■ **WORK REQUEST**
Using the entries that follow, write out the line containing "f 235 234 233", the line containing "f 192 173 176", and every line between them, exactly and nothing else.

(Stored items from a collection)
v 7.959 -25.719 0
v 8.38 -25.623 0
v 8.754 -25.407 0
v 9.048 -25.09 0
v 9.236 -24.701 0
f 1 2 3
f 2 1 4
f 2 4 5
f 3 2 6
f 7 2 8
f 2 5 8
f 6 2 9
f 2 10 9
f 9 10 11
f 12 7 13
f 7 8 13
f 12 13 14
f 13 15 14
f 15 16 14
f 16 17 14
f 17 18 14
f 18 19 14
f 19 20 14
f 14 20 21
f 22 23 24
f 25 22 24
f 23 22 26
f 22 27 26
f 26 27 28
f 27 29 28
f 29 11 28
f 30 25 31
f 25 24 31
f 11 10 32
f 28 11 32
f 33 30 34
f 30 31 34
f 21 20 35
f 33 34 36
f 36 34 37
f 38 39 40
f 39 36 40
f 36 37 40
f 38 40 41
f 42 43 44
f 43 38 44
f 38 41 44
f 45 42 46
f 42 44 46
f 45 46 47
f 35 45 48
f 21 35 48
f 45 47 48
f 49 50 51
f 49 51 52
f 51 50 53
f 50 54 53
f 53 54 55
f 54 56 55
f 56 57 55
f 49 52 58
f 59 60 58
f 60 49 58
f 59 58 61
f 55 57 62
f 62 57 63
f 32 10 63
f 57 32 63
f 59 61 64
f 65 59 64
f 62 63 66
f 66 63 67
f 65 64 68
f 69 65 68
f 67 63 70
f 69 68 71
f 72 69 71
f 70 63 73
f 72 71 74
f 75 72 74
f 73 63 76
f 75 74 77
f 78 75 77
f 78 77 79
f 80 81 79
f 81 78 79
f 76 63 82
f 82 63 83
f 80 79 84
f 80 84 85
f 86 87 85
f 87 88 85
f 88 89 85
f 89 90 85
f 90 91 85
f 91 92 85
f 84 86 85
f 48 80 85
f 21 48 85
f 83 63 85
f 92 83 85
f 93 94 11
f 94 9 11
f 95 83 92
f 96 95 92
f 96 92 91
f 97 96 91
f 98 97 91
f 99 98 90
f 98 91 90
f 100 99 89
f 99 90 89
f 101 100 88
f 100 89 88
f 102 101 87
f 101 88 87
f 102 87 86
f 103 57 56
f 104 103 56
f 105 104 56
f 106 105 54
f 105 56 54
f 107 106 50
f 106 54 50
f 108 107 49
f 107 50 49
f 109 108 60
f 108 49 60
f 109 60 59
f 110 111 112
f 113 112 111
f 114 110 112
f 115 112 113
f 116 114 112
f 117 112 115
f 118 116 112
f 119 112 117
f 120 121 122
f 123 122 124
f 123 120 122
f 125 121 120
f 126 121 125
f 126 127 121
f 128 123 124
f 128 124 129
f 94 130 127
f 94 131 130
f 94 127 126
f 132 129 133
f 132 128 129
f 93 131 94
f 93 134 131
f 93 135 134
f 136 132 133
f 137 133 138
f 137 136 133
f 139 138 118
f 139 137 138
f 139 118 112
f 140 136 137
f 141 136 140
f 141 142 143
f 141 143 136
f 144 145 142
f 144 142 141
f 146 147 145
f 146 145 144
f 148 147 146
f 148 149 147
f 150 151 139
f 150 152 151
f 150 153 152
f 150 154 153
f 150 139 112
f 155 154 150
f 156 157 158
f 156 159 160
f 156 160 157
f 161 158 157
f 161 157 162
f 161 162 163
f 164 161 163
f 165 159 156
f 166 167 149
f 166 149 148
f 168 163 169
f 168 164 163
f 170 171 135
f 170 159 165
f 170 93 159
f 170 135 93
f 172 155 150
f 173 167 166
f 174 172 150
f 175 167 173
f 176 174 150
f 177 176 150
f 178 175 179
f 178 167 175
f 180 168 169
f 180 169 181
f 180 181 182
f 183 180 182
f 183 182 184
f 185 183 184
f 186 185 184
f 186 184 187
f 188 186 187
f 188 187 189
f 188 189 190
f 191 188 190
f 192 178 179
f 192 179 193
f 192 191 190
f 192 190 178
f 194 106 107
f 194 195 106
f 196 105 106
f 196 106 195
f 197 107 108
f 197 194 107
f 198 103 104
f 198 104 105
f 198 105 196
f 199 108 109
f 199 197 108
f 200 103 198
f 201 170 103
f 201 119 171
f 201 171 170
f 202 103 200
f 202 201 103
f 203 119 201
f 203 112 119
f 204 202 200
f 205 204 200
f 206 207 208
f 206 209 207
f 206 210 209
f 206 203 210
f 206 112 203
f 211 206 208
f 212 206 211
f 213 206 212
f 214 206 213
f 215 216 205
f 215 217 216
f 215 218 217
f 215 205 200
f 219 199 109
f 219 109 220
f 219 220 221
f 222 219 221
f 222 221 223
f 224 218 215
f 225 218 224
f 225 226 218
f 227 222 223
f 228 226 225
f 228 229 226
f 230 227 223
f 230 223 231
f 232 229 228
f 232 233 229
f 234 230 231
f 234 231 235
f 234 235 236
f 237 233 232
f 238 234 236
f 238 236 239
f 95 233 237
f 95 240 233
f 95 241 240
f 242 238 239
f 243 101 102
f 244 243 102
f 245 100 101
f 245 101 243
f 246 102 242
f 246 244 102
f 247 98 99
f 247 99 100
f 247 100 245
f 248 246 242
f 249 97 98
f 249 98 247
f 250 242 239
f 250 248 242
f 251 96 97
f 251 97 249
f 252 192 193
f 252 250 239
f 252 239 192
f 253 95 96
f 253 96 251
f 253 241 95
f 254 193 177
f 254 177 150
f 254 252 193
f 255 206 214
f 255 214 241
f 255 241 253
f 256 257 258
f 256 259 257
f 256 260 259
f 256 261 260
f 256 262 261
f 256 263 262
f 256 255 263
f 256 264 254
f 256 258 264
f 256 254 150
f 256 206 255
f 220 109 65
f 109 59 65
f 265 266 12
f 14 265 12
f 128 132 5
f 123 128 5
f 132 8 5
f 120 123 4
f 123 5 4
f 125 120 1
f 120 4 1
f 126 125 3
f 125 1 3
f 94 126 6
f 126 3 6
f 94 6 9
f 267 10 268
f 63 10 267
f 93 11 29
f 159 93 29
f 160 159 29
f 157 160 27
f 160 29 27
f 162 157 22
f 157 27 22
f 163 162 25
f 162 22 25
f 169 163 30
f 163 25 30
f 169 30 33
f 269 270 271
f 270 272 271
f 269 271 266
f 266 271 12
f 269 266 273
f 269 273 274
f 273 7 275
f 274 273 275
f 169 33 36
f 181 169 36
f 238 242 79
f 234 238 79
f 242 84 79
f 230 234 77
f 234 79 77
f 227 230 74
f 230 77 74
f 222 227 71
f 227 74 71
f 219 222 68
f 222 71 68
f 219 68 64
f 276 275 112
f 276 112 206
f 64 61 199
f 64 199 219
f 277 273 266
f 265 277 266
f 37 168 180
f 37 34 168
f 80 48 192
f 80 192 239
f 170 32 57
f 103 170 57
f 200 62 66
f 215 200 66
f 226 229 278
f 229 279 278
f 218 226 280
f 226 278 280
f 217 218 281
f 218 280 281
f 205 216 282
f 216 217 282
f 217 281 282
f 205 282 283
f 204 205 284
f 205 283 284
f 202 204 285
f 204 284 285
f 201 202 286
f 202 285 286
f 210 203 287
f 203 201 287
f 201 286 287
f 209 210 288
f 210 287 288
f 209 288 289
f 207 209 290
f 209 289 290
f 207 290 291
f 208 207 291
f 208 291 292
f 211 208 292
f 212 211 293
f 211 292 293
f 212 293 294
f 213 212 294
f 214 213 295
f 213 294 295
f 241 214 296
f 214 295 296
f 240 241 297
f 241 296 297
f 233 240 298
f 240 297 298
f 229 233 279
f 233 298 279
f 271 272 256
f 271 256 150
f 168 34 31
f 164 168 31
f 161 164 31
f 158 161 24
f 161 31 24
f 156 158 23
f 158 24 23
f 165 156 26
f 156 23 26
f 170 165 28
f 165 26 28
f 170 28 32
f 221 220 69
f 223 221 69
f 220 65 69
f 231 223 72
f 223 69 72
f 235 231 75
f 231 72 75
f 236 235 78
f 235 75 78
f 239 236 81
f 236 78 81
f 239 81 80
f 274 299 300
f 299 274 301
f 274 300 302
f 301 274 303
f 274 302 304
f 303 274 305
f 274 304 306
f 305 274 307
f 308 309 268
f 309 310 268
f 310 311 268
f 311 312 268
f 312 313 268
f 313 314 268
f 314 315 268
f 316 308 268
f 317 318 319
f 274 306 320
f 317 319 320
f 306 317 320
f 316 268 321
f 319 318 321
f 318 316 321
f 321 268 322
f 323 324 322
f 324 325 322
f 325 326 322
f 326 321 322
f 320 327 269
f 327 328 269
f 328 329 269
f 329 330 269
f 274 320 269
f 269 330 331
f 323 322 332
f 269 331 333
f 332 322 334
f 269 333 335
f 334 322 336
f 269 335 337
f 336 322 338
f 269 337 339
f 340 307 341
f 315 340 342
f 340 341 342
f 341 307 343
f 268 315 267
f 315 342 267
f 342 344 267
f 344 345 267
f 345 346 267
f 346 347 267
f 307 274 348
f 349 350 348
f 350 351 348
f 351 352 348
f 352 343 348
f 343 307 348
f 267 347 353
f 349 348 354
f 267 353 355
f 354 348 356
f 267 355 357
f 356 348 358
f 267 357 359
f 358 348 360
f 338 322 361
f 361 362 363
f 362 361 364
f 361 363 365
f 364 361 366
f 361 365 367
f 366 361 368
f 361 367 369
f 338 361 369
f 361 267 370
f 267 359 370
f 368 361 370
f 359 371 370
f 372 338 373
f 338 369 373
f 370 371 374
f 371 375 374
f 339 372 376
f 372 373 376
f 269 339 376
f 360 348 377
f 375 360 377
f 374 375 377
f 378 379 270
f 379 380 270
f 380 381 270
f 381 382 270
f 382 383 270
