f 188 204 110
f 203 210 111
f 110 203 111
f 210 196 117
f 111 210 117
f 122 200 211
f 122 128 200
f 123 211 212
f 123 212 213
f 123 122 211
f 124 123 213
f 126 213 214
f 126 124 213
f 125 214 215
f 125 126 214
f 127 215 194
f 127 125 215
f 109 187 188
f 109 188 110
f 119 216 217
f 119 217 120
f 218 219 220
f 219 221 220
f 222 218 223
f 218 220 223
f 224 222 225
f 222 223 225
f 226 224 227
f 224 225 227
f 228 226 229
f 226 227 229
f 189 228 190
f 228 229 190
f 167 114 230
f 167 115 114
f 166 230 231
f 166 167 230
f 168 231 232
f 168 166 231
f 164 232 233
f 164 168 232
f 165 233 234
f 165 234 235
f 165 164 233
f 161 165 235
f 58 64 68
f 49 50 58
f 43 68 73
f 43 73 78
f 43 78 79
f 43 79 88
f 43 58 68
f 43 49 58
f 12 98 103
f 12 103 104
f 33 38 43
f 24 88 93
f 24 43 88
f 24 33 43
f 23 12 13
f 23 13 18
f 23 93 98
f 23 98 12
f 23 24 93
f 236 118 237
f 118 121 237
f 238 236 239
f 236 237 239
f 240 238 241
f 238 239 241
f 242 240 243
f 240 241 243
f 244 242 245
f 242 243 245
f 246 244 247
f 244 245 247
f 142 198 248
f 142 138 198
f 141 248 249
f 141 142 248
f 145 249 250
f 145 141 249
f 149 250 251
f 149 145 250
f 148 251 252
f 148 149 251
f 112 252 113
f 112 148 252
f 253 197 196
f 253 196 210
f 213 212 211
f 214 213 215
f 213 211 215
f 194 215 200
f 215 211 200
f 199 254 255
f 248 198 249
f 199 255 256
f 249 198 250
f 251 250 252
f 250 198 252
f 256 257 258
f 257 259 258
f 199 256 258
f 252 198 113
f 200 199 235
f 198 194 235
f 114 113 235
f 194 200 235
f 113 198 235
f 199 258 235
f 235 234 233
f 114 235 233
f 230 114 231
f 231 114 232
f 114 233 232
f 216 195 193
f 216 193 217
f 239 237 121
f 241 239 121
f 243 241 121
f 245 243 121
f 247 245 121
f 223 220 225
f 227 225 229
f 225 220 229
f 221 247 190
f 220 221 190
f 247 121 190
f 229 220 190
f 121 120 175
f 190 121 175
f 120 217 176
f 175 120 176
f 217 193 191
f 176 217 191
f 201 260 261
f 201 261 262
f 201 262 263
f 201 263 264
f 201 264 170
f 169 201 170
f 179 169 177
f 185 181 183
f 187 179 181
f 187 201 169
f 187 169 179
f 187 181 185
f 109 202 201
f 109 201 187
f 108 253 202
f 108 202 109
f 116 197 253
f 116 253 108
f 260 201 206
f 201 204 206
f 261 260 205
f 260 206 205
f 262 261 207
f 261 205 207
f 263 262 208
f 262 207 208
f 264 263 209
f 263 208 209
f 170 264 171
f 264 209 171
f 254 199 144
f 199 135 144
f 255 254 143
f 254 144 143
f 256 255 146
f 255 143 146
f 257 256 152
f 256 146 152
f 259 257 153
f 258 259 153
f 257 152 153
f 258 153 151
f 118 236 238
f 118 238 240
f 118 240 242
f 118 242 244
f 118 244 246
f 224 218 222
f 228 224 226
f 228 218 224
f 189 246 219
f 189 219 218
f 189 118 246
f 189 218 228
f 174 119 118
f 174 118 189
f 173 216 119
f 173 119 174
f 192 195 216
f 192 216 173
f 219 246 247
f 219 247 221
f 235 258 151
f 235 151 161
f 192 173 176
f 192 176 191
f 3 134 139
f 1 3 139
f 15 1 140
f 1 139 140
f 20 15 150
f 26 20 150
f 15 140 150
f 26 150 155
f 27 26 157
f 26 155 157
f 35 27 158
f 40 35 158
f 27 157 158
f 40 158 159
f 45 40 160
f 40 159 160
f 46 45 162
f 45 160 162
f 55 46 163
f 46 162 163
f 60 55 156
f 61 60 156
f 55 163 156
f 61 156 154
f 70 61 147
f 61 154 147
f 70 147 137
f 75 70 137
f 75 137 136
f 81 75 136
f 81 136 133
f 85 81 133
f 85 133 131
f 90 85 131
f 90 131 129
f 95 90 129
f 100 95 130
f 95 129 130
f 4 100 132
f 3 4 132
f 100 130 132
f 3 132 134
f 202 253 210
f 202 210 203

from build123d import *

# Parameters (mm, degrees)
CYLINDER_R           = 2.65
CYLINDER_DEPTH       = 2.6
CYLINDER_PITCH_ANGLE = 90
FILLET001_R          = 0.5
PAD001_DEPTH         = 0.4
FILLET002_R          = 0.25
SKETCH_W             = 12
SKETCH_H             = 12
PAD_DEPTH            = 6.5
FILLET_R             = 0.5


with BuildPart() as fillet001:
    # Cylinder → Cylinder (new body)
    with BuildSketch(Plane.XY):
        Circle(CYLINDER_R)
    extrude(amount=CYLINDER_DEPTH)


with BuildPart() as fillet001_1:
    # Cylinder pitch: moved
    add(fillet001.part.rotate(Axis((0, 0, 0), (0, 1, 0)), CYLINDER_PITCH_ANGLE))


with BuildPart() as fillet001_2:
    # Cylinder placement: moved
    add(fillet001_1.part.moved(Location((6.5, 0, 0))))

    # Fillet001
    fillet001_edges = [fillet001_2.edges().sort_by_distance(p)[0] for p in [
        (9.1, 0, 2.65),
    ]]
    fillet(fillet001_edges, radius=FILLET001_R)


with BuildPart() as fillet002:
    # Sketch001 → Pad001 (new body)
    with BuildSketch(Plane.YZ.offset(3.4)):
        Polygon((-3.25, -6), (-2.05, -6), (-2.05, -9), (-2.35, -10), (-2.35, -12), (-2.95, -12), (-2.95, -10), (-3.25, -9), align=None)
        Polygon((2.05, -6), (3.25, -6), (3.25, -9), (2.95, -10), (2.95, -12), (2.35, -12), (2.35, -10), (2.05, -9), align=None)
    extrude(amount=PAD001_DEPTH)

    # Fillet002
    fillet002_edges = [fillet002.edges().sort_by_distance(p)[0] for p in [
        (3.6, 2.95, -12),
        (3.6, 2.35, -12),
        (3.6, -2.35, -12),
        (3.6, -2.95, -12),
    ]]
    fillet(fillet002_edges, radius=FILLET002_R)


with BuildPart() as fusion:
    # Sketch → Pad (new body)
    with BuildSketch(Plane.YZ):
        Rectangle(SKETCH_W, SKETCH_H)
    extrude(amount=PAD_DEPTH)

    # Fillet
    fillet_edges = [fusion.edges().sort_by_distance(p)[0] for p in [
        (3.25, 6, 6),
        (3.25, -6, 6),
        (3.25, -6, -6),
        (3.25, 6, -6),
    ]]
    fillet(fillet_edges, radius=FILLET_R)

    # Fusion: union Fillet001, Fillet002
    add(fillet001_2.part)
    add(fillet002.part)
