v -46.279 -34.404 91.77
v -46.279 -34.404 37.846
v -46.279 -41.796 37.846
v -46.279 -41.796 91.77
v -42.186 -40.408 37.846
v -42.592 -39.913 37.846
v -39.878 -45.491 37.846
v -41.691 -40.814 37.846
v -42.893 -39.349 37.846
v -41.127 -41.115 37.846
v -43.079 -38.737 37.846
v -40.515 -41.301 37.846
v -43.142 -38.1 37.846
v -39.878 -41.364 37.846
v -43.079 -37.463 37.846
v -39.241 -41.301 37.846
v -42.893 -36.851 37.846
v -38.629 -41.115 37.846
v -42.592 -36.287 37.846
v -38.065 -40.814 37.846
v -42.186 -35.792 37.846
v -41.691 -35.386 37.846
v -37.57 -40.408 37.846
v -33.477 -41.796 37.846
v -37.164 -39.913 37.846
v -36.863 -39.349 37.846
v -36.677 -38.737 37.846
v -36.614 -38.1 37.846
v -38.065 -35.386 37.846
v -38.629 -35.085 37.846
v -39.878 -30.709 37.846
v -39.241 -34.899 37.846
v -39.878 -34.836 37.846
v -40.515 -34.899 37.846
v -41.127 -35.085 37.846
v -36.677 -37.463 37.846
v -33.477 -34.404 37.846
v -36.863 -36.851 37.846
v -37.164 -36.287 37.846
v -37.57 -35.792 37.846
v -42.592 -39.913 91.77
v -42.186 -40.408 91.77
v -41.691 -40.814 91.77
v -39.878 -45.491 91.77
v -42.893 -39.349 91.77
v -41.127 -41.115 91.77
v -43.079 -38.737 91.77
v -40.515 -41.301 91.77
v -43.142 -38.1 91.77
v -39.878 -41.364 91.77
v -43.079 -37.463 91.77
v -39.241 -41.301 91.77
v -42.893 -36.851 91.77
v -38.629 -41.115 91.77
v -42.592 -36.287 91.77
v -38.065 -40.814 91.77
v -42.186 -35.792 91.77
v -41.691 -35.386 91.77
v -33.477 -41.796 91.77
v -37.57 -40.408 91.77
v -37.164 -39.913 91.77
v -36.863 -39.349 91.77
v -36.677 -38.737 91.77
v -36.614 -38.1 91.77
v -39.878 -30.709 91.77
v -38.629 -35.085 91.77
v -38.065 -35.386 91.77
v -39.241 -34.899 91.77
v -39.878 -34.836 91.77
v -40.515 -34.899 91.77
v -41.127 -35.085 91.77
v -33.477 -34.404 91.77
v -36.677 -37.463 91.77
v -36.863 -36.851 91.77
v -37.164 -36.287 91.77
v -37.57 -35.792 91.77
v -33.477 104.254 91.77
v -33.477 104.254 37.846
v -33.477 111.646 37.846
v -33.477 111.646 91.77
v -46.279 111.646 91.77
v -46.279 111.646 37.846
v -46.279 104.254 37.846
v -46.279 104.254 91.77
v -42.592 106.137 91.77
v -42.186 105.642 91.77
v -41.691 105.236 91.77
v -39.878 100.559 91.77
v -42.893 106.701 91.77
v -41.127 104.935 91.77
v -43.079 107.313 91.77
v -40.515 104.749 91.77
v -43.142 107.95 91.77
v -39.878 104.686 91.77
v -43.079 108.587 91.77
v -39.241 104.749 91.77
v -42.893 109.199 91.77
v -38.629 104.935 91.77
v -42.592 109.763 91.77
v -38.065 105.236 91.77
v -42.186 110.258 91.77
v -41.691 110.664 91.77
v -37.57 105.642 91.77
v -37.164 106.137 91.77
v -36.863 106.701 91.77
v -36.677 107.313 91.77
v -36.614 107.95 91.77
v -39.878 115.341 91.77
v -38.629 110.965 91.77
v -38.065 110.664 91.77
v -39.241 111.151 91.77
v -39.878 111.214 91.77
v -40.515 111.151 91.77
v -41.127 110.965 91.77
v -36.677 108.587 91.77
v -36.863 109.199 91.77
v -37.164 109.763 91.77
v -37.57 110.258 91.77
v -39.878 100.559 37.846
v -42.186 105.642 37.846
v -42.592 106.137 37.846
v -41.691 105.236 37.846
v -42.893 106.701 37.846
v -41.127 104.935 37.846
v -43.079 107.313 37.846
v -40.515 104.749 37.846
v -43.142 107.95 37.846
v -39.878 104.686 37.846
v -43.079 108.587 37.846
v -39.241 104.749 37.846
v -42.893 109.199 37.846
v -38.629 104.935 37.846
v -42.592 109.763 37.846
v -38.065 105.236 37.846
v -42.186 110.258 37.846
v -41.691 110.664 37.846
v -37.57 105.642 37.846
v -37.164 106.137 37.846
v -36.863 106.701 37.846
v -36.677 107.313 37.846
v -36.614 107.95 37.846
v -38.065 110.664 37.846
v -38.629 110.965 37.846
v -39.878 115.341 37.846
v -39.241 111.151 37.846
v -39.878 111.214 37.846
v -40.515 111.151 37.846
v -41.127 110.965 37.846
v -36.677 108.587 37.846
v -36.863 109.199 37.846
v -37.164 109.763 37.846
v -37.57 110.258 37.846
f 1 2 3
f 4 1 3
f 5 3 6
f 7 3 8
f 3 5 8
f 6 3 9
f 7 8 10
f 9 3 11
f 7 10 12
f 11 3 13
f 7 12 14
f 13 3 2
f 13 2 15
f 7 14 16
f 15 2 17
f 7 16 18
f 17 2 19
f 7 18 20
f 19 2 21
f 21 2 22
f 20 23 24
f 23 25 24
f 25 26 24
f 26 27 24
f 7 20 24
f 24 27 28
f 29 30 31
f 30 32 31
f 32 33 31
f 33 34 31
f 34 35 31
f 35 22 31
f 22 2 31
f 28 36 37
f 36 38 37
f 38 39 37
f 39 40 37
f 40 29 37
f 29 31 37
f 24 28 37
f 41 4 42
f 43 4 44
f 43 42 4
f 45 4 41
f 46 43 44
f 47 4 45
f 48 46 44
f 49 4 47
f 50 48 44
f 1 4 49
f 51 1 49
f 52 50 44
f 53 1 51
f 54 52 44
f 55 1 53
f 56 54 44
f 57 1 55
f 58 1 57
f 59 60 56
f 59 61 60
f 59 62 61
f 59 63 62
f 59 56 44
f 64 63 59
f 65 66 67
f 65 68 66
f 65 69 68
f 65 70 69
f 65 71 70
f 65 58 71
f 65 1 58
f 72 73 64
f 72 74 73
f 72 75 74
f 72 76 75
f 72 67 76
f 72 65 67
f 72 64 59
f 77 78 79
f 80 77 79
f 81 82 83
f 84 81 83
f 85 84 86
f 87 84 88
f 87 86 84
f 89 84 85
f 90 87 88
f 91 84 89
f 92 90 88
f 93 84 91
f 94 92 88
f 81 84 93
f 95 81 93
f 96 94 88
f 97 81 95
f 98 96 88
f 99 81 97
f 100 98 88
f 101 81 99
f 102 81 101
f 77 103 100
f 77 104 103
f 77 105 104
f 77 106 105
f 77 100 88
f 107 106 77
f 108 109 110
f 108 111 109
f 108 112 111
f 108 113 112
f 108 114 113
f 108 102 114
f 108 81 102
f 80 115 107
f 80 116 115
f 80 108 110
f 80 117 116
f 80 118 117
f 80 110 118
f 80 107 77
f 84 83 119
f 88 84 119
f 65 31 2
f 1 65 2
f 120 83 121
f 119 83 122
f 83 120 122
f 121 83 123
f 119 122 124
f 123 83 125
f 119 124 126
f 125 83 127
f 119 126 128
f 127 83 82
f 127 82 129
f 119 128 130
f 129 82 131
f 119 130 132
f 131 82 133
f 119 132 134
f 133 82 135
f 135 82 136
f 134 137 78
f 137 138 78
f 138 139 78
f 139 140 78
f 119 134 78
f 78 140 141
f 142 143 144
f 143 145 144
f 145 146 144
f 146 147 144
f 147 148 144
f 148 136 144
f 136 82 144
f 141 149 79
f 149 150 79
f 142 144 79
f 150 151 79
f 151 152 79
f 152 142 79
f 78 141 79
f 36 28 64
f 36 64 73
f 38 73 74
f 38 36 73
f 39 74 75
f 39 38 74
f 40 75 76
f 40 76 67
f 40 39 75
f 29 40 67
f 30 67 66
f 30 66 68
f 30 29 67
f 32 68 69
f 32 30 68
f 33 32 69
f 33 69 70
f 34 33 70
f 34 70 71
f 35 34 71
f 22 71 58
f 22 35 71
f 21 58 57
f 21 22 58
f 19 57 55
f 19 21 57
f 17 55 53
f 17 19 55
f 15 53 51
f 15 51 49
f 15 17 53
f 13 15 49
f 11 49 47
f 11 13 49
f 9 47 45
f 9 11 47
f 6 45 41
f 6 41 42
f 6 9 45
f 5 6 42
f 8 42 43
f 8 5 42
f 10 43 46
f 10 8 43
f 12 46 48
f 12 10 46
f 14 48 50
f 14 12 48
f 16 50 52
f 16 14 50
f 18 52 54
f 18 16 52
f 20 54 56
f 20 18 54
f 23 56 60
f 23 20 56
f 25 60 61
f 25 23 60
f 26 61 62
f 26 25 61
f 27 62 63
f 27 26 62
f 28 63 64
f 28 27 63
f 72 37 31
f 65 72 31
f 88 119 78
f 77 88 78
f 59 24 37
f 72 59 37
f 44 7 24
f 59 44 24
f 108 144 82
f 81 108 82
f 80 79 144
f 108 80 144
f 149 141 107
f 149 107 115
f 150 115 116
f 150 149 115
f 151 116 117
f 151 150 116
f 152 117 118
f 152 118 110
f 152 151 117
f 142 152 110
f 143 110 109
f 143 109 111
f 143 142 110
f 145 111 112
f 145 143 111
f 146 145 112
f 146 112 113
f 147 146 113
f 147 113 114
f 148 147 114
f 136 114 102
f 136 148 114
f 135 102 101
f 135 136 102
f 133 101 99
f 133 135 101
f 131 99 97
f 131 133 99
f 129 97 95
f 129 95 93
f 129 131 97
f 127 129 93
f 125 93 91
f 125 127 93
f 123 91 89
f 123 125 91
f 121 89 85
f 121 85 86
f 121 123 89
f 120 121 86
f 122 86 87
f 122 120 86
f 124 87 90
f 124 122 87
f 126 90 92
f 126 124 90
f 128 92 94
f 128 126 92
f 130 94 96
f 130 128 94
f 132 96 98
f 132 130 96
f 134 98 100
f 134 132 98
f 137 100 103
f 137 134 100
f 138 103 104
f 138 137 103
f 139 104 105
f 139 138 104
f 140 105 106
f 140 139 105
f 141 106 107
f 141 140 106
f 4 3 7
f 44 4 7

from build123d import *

# Parameters (mm, degrees)
SKETCH1_R             = 3.2639
BOSS_EXTRUDE1_DEPTH   = 53.9242
BOSS_EXTRUDE1_2_DEPTH = 53.9242


with BuildPart() as part:
    # Sketch1 → Boss-Extrude1 (new body)
    with BuildSketch(Plane.XY.offset(37.846)):
        Polygon((-33.4772, 104.254496397), (-33.4772, 111.645503603), (-39.878, 115.341007206), (-46.2788, 111.645503603), (-46.2788, 104.254496397), (-39.878, 100.558992794), align=None)
        with Locations((-39.878, 107.95)):
            Circle(SKETCH1_R, mode=Mode.SUBTRACT)
    extrude(amount=BOSS_EXTRUDE1_DEPTH)


with BuildPart() as body_2:
    # Sketch1 → Boss-Extrude1 2 (new body)
    with BuildSketch(Plane.XY.offset(37.846)):
        Polygon((-33.4772, -34.404496397), (-39.878, -30.708992794), (-46.2788, -34.404496397), (-46.2788, -41.795503603), (-39.878, -45.491007206), (-33.4772, -41.795503603), align=None)
        with Locations((-39.878, -38.1)):
            Circle(SKETCH1_R, mode=Mode.SUBTRACT)
    extrude(amount=BOSS_EXTRUDE1_2_DEPTH)


solid = Compound([part.part, body_2.part])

■ **WRITTEN SOLUTION**
f 235 234 233
f 114 235 233
f 230 114 231
f 231 114 232
f 114 233 232
f 216 195 193
f 216 193 217
f 239 237 121
f 241 239 121
f 243 241 121
f 245 243 121
f 247 245 121
f 223 220 225
f 227 225 229
f 225 220 229
f 221 247 190
f 220 221 190
f 247 121 190
f 229 220 190
f 121 120 175
f 190 121 175
f 120 217 176
f 175 120 176
f 217 193 191
f 176 217 191
f 201 260 261
f 201 261 262
f 201 262 263
f 201 263 264
f 201 264 170
f 169 201 170
f 179 169 177
f 185 181 183
f 187 179 181
f 187 201 169
f 187 169 179
f 187 181 185
f 109 202 201
f 109 201 187
f 108 253 202
f 108 202 109
f 116 197 253
f 116 253 108
f 260 201 206
f 201 204 206
f 261 260 205
f 260 206 205
f 262 261 207
f 261 205 207
f 263 262 208
f 262 207 208
f 264 263 209
f 263 208 209
f 170 264 171
f 264 209 171
f 254 199 144
f 199 135 144
f 255 254 143
f 254 144 143
f 256 255 146
f 255 143 146
f 257 256 152
f 256 146 152
f 259 257 153
f 258 259 153
f 257 152 153
f 258 153 151
f 118 236 238
f 118 238 240
f 118 240 242
f 118 242 244
f 118 244 246
f 224 218 222
f 228 224 226
f 228 218 224
f 189 246 219
f 189 219 218
f 189 118 246
f 189 218 228
f 174 119 118
f 174 118 189
f 173 216 119
f 173 119 174
f 192 195 216
f 192 216 173
f 219 246 247
f 219 247 221
f 235 258 151
f 235 151 161
f 192 173 176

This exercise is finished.